September 12, 2019 – February 23, 2020
Remember Where You Are presents work by four emerging artists based in San Antonio and Chicago who use performance, sculpture, and textiles to make visible untold narratives of heritage and place, while questioning practices of exclusion and erasure. Their works are informed by layering personal and public histories to imagine new methods for navigating the world around us.
Jimmy James Canales (American, b. 1985) uses performance and sculpture to create works about exploration, myth, and technology. For this exhibition, he will complete a two-day, 27-mile trek across the city of Chicago, collecting found materials and creating documentation to be installed in the museum’s galleries. Jenelle Esparza (American, b. 1985) examines the history of cotton and labor in South Texas through photography and textiles. Her recent projects consider the intersections of Mexican and American culture and the implications of generational trauma. Melissa Leandro (American, b. 1989) fuses digital and traditional weaving techniques in fabric works that touch upon painting as well as her experience as the daughter of a domestic worker. Leandro combines colors and patterns that speak to her Costa Rican roots with abstract patterns and found furniture. Emilio Rojas (Mexican, b. 1985) uses his body to address legacies of colonialism and oppression. His current research studies Chicago’s ties to Christopher Columbus from the World’s Fair to the present day, and invites speculation and imagination of alternative histories.
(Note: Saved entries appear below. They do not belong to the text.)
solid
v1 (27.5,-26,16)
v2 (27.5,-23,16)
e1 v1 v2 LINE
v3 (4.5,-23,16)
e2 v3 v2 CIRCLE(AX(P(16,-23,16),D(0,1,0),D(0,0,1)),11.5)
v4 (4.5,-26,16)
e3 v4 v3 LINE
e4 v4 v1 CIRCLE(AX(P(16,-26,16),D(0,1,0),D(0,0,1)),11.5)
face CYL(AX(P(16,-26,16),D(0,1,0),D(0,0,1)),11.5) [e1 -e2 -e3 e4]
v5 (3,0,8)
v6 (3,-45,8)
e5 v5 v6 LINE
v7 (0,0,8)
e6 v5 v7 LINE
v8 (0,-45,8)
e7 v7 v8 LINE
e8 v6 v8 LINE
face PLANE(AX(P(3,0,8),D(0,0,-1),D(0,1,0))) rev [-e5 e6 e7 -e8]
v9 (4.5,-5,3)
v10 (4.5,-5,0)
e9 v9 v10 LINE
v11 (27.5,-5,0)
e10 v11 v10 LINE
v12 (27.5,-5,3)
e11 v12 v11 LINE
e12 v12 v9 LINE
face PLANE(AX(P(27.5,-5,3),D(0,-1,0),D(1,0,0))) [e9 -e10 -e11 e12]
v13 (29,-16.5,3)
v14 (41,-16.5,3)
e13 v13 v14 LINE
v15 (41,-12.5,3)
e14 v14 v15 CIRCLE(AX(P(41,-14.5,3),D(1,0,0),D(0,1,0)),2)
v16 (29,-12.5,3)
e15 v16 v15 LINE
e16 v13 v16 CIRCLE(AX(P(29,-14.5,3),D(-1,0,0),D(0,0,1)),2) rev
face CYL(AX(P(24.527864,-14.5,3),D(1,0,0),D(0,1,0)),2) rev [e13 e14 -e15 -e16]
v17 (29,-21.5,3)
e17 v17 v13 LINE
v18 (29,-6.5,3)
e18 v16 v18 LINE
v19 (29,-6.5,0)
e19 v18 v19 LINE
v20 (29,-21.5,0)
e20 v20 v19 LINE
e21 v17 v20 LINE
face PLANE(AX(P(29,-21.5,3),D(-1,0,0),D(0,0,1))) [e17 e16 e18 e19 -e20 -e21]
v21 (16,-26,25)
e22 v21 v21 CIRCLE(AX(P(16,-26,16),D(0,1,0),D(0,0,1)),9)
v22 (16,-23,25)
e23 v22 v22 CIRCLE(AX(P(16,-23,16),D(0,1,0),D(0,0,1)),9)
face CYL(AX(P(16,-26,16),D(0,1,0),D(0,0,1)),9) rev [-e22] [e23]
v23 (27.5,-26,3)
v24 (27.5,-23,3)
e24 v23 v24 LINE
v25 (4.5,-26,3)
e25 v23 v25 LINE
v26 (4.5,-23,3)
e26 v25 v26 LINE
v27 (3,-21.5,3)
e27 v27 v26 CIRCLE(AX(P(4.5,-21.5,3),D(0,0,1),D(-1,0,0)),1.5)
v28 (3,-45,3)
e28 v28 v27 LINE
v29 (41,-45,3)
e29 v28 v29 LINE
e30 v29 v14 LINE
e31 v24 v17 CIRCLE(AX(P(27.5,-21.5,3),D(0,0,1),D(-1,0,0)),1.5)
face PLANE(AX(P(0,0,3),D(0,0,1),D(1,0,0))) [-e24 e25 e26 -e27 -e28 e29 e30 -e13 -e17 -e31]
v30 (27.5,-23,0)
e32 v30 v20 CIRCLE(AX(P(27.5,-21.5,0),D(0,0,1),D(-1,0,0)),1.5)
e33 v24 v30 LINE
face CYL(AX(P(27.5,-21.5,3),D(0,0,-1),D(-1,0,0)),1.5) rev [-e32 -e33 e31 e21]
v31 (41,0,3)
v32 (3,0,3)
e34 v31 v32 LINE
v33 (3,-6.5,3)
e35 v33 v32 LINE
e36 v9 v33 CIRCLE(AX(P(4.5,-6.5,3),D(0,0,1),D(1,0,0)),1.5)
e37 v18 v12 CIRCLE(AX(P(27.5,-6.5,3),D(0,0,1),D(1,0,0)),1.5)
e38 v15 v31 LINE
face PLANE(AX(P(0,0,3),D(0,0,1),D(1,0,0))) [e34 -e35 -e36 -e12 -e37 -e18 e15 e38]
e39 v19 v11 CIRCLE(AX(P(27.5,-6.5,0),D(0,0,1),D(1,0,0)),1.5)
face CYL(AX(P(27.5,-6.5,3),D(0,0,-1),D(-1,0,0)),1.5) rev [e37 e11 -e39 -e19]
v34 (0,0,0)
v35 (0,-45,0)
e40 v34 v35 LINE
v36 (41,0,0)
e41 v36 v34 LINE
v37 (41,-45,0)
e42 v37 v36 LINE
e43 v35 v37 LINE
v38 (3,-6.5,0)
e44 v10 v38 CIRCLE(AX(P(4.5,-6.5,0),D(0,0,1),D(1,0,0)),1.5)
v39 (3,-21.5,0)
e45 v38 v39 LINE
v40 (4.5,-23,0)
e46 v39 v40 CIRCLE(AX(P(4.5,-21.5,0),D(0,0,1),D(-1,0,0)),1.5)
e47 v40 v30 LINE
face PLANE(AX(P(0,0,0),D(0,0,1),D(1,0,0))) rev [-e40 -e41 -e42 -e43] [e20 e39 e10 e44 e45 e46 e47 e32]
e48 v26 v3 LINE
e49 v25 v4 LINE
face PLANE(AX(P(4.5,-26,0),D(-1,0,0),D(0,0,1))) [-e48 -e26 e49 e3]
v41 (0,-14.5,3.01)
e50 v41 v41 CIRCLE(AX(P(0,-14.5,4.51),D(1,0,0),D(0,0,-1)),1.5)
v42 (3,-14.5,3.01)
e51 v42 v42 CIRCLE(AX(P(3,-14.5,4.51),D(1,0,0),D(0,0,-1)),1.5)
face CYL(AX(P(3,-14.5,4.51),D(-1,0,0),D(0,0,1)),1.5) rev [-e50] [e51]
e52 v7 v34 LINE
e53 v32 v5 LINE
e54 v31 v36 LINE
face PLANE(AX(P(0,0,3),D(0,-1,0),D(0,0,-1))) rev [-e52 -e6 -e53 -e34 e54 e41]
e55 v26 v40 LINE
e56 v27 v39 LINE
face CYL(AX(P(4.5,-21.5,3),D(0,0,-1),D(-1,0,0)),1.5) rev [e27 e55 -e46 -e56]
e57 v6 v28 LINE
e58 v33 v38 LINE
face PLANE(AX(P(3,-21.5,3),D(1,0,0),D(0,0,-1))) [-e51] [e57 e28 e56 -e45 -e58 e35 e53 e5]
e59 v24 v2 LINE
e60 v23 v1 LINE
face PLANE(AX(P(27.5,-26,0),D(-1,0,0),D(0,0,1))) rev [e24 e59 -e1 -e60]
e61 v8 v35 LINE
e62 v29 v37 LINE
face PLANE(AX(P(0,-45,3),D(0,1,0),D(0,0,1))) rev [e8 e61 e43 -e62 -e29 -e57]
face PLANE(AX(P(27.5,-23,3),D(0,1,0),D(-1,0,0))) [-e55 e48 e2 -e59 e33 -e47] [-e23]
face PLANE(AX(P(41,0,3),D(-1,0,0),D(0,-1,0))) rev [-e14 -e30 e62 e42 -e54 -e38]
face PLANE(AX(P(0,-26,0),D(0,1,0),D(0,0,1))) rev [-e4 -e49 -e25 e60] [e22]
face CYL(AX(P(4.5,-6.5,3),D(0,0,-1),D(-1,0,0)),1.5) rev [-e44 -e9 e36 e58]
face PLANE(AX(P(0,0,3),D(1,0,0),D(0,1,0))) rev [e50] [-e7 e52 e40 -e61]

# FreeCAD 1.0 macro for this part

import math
import FreeCAD as App
import Part
import Sketcher
from FreeCAD import Vector


def add_polygon(sketch, points):
    """Adds a closed chain of lines whose ends are joined by coincident constraints."""
    first, n = sketch.GeometryCount, len(points)
    for a, b in zip(points, points[1:] + points[:1]):
        sketch.addGeometry(Part.LineSegment(App.Vector(*a, 0), App.Vector(*b, 0)), False)
    for i in range(n):
        sketch.addConstraint(Sketcher.Constraint("Coincident", first + i, 2, first + (i + 1) % n, 1))

doc = App.newDocument("Part")
body = doc.addObject("PartDesign::Body", "Body")

sketch1 = body.newObject("Sketcher::SketchObject", "Sketch")
sketch1.AttachmentSupport = (doc.getObject("XY_Plane"), [""])
sketch1.MapMode = "FlatFace"
add_polygon(sketch1, [(0, 0), (0, -45), (41, -45), (41, 0)])
sketch1.addGeometry(Part.ArcOfCircle(Part.Circle(Vector(27.5, -21.5, 0), Vector(0, 0, 1), 1.5), math.radians(-90), math.radians(0)), False)
sketch1.addGeometry(Part.LineSegment(Vector(27.5, -23, 0), Vector(4.5, -23, 0)), False)
sketch1.addGeometry(Part.ArcOfCircle(Part.Circle(Vector(4.5, -21.5, 0), Vector(0, 0, 1), 1.5), math.radians(180), math.radians(270)), False)
sketch1.addGeometry(Part.LineSegment(Vector(3, -21.5, 0), Vector(3, -6.5, 0)), False)
sketch1.addGeometry(Part.ArcOfCircle(Part.Circle(Vector(4.5, -6.5, 0), Vector(0, 0, 1), 1.5), math.radians(90), math.radians(180)), False)
sketch1.addGeometry(Part.LineSegment(Vector(4.5, -5, 0), Vector(27.5, -5, 0)), False)
sketch1.addGeometry(Part.ArcOfCircle(Part.Circle(Vector(27.5, -6.5, 0), Vector(0, 0, 1), 1.5), math.radians(0), math.radians(90)), False)
sketch1.addGeometry(Part.LineSegment(Vector(29, -6.5, 0), Vector(29, -21.5, 0)), False)
sketch1.addConstraint(Sketcher.Constraint("Tangent", 4, 1, 5, 1))
sketch1.addConstraint(Sketcher.Constraint("Tangent", 5, 2, 6, 2))
sketch1.addConstraint(Sketcher.Constraint("Tangent", 6, 1, 7, 1))
sketch1.addConstraint(Sketcher.Constraint("Tangent", 7, 2, 8, 2))
sketch1.addConstraint(Sketcher.Constraint("Tangent", 8, 1, 9, 1))
sketch1.addConstraint(Sketcher.Constraint("Tangent", 9, 2, 10, 2))
sketch1.addConstraint(Sketcher.Constraint("Tangent", 10, 1, 11, 1))
sketch1.addConstraint(Sketcher.Constraint("Tangent", 11, 2, 4, 2))
sketch1.addConstraint(Sketcher.Constraint("Vertical", 0))
sketch1.addConstraint(Sketcher.Constraint("Horizontal", 1))
sketch1.addConstraint(Sketcher.Constraint("Vertical", 2))
sketch1.addConstraint(Sketcher.Constraint("Horizontal", 3))
sketch1.addConstraint(Sketcher.Constraint("Horizontal", 5))
sketch1.addConstraint(Sketcher.Constraint("Vertical", 7))
sketch1.addConstraint(Sketcher.Constraint("Horizontal", 9))
sketch1.addConstraint(Sketcher.Constraint("Vertical", 11))
sketch1.addConstraint(Sketcher.Constraint("Coincident", 3, 2, -1, 1))
sketch1.addConstraint(Sketcher.Constraint("Equal", 4, 6))
sketch1.addConstraint(Sketcher.Constraint("Equal", 6, 8))
sketch1.addConstraint(Sketcher.Constraint("Equal", 8, 10))
sketch1.addConstraint(Sketcher.Constraint("Radius", 4, 1.5))
sketch1.addConstraint(Sketcher.Constraint("DistanceX", 1, 1, 1, 2, 41.0))
sketch1.addConstraint(Sketcher.Constraint("DistanceX", 5, 2, 5, 1, 23.0))
sketch1.addConstraint(Sketcher.Constraint("DistanceY", 0, 2, 0, 1, 45.0))
sketch1.addConstraint(Sketcher.Constraint("DistanceY", 7, 1, 7, 2, 15.0))
sketch1.addConstraint(Sketcher.Constraint("DistanceY", 4, 1, -1, 1, 23.0))
sketch1.addConstraint(Sketcher.Constraint("DistanceX", -1, 1, 6, 1, 3.0))
pad1 = body.newObject("PartDesign::Pad", "Pad")
pad1.Profile = sketch1
pad1.Length = 3

sketch2 = body.newObject("Sketcher::SketchObject", "Sketch001")
sketch2.AttachmentSupport = (doc.getObject("YZ_Plane"), [""])
sketch2.MapMode = "FlatFace"
add_polygon(sketch2, [(0, 8), (-45, 8), (-45, 3), (0, 3)])
sketch2.addGeometry(Part.Circle(Vector(-14.5, 4.5, 0), Vector(0, 0, 1), 1.5), False)
sketch2.addConstraint(Sketcher.Constraint("Horizontal", 0))
sketch2.addConstraint(Sketcher.Constraint("Vertical", 1))
sketch2.addConstraint(Sketcher.Constraint("Horizontal", 2))
sketch2.addConstraint(Sketcher.Constraint("Vertical", 3))
sketch2.addConstraint(Sketcher.Constraint("PointOnObject", 2, 2, -2))
sketch2.addConstraint(Sketcher.Constraint("Diameter", 4, 3.0))
sketch2.addConstraint(Sketcher.Constraint("DistanceX", 0, 2, 0, 1, 45.0))
sketch2.addConstraint(Sketcher.Constraint("DistanceY", 1, 2, 1, 1, 5.0))
sketch2.addConstraint(Sketcher.Constraint("DistanceY", -1, 1, 0, 2, 8.0))
sketch2.addConstraint(Sketcher.Constraint("DistanceX", 4, 3, -1, 1, 14.5))
sketch2.addConstraint(Sketcher.Constraint("DistanceY", -1, 1, 4, 3, 4.51))
pad2 = body.newObject("PartDesign::Pad", "Pad001")
pad2.Profile = sketch2
pad2.Length = 3

sketch3 = body.newObject("Sketcher::SketchObject", "Sketch002")
sketch3.AttachmentSupport = (doc.getObject("XZ_Plane"), [""])
sketch3.MapMode = "FlatFace"
sketch3.AttachmentOffset = App.Placement(Vector(0, 0, 23), App.Rotation())
sketch3.addGeometry(Part.LineSegment(Vector(4, 3, 0), Vector(4, 16, 0)), False)
sketch3.addGeometry(Part.ArcOfCircle(Part.Circle(Vector(16, 16, 0), Vector(0, 0, 1), 12), math.radians(0), math.radians(180)), False)
sketch3.addGeometry(Part.LineSegment(Vector(28, 16, 0), Vector(28, 3, 0)), False)
sketch3.addGeometry(Part.LineSegment(Vector(28, 3, 0), Vector(4, 3, 0)), False)
sketch3.addGeometry(Part.Circle(Vector(16, 16, 0), Vector(0, 0, 1), 9), False)
sketch3.addConstraint(Sketcher.Constraint("Tangent", 0, 2, 1, 2))
sketch3.addConstraint(Sketcher.Constraint("Tangent", 1, 1, 2, 1))
sketch3.addConstraint(Sketcher.Constraint("Coincident", 2, 2, 3, 1))
sketch3.addConstraint(Sketcher.Constraint("Coincident", 3, 2, 0, 1))
sketch3.addConstraint(Sketcher.Constraint("Vertical", 0))
sketch3.addConstraint(Sketcher.Constraint("Vertical", 2))
sketch3.addConstraint(Sketcher.Constraint("Horizontal", 3))
sketch3.addConstraint(Sketcher.Constraint("Coincident", 4, 3, 1, 3))
sketch3.addConstraint(Sketcher.Constraint("Diameter", 4, 18.0))
sketch3.addConstraint(Sketcher.Constraint("Radius", 1, 11.5))
sketch3.addConstraint(Sketcher.Constraint("DistanceY", 0, 1, 0, 2, 13.0))
sketch3.addConstraint(Sketcher.Constraint("DistanceX", -1, 1, 1, 3, 16.0))
sketch3.addConstraint(Sketcher.Constraint("DistanceY", -1, 1, 1, 3, 16.0))
pad3 = body.newObject("PartDesign::Pad", "Pad002")
pad3.Profile = sketch3
pad3.Length = 3

sketch4 = body.newObject("Sketcher::SketchObject", "Sketch003")
sketch4.AttachmentSupport = (doc.getObject("YZ_Plane"), [""])
sketch4.MapMode = "FlatFace"
sketch4.AttachmentOffset = App.Placement(Vector(0, 0, 41), App.Rotation())
sketch4.addGeometry(Part.LineSegment(Vector(-12.5, 3, 0), Vector(-16.5, 3, 0)), False)
sketch4.addGeometry(Part.ArcOfCircle(Part.Circle(Vector(-14.5, 3, 0), Vector(0, 0, 1), 2), math.radians(180), math.radians(360)), False)
sketch4.addConstraint(Sketcher.Constraint("Coincident", 0, 1, 1, 2))
sketch4.addConstraint(Sketcher.Constraint("Coincident", 1, 1, 0, 2))
sketch4.addConstraint(Sketcher.Constraint("Horizontal", 0))
sketch4.addConstraint(Sketcher.Constraint("Horizontal", 1, 3, 0, 1))
sketch4.addConstraint(Sketcher.Constraint("Radius", 1, 2.0))
sketch4.addConstraint(Sketcher.Constraint("DistanceY", -1, 1, 1, 3, 3.0))
sketch4.addConstraint(Sketcher.Constraint("DistanceX", 1, 3, -1, 1, 14.5))
pocket1 = body.newObject("PartDesign::Pocket", "Pocket")
pocket1.Profile = sketch4
pocket1.Length = 12

doc.recompute()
Remember Where You Are draws its title from a durational work by Canales and the S.U.R.V.I.V.A.L. acronym.
Click here for a research guide for this exhibition, kindly compiled by the DePaul University Library.
Remember Where You Are is organized by DePaul Art Museum and curated by Mia Lopez, Assistant Curator. This exhibition is part of DePaul Art Museum’s Latinx Initiative, a three-year research inquiry focused on artists of Latin American heritage living and working in the United States.